WHAT TO DO
Return the data below exactly, but only from the line containing "# Sketch2 → Boss-Extrude2 (add)" through the line containing "Rebuilt in FreeCAD, every", with both of those lines included.

GIVEN ENTRIES

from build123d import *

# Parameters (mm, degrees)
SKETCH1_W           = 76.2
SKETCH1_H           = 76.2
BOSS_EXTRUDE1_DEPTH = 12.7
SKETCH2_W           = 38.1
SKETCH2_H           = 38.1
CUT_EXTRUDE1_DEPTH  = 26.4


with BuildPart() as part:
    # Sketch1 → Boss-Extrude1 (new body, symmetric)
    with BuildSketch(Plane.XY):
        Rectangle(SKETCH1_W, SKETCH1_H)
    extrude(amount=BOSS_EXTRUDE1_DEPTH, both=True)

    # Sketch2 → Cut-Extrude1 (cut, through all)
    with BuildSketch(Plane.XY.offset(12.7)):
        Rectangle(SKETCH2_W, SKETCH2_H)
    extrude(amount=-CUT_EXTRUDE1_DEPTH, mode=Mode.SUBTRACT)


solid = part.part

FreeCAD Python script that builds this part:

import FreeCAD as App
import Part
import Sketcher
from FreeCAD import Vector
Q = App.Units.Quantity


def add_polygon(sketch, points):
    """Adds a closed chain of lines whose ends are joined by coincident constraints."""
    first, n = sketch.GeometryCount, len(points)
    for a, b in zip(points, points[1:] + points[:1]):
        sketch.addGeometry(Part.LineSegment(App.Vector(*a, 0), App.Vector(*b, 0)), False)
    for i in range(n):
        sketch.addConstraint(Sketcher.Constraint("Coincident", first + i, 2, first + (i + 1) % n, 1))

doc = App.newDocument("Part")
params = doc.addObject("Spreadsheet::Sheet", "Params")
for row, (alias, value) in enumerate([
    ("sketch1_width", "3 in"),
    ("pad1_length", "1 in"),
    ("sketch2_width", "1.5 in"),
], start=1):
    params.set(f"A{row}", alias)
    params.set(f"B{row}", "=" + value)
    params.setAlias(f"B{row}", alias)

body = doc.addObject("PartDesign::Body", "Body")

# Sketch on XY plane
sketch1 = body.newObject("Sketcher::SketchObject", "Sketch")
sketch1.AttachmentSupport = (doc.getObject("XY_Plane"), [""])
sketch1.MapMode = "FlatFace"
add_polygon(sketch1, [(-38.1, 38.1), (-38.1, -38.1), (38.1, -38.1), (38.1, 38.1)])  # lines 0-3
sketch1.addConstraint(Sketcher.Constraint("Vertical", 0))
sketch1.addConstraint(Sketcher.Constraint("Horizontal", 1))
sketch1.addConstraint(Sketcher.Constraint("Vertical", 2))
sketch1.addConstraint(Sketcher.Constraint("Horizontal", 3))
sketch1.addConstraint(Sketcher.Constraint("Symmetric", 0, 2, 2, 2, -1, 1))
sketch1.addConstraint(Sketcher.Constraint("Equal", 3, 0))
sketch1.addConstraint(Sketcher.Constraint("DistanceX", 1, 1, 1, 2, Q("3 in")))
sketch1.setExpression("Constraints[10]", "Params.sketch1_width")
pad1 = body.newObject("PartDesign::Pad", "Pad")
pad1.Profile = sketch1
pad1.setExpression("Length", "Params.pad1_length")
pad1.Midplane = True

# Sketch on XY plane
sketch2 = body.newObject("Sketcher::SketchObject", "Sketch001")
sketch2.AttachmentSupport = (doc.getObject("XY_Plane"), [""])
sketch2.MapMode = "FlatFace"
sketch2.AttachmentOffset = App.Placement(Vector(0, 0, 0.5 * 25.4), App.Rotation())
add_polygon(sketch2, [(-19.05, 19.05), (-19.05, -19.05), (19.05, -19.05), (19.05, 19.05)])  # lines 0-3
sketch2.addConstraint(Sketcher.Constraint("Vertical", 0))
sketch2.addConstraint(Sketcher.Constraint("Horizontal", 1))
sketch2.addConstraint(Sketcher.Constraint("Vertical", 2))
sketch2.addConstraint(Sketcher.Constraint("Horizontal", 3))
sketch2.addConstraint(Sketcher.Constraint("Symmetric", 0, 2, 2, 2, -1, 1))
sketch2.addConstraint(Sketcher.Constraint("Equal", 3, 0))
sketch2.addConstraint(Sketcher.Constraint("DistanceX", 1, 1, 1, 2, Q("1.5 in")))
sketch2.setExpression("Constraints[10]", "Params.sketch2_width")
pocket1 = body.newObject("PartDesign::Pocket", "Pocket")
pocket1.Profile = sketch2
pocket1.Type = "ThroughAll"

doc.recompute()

...

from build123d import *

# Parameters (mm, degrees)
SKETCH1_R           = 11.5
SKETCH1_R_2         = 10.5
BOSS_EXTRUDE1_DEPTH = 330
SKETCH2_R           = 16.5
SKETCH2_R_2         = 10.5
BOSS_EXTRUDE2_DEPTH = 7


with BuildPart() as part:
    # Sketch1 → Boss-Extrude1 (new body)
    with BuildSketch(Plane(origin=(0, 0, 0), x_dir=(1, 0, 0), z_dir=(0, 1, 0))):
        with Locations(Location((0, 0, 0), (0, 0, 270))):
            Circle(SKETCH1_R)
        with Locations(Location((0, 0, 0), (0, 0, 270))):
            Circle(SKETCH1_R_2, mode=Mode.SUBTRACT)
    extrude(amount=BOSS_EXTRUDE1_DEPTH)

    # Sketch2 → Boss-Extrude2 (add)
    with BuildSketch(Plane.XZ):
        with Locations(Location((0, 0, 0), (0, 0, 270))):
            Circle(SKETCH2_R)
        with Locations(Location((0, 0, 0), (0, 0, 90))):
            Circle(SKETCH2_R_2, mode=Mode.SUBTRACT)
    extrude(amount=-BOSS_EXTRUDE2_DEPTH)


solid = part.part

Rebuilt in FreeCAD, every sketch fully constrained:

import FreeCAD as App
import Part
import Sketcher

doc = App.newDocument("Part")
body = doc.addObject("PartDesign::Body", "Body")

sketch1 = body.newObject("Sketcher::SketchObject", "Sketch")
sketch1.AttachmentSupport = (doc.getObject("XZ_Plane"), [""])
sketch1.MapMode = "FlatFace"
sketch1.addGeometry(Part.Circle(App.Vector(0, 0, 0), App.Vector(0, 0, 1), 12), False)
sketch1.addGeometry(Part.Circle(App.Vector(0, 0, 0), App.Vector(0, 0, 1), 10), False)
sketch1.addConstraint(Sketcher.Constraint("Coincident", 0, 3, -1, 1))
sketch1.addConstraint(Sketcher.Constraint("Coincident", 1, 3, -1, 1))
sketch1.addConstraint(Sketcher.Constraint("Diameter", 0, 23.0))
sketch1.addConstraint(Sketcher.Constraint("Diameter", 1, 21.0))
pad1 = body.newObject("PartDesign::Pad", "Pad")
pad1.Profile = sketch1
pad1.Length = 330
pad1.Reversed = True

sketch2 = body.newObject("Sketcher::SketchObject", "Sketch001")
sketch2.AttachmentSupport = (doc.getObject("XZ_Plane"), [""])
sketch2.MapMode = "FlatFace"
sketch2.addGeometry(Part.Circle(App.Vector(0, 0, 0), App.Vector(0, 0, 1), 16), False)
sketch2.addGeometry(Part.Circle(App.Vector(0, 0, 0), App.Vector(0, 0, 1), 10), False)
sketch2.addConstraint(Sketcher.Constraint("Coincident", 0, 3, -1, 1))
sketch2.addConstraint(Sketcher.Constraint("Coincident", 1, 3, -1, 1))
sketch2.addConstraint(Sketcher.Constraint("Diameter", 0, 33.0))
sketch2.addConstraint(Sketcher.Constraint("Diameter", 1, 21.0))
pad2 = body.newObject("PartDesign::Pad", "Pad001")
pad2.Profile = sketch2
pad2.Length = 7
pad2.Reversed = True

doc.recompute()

OUTPUT FOR THIS TASK
    # Sketch2 → Boss-Extrude2 (add)
    with BuildSketch(Plane.XZ):
        with Locations(Location((0, 0, 0), (0, 0, 270))):
            Circle(SKETCH2_R)
        with Locations(Location((0, 0, 0), (0, 0, 90))):
            Circle(SKETCH2_R_2, mode=Mode.SUBTRACT)
    extrude(amount=-BOSS_EXTRUDE2_DEPTH)


solid = part.part

Rebuilt in FreeCAD, every sketch fully constrained:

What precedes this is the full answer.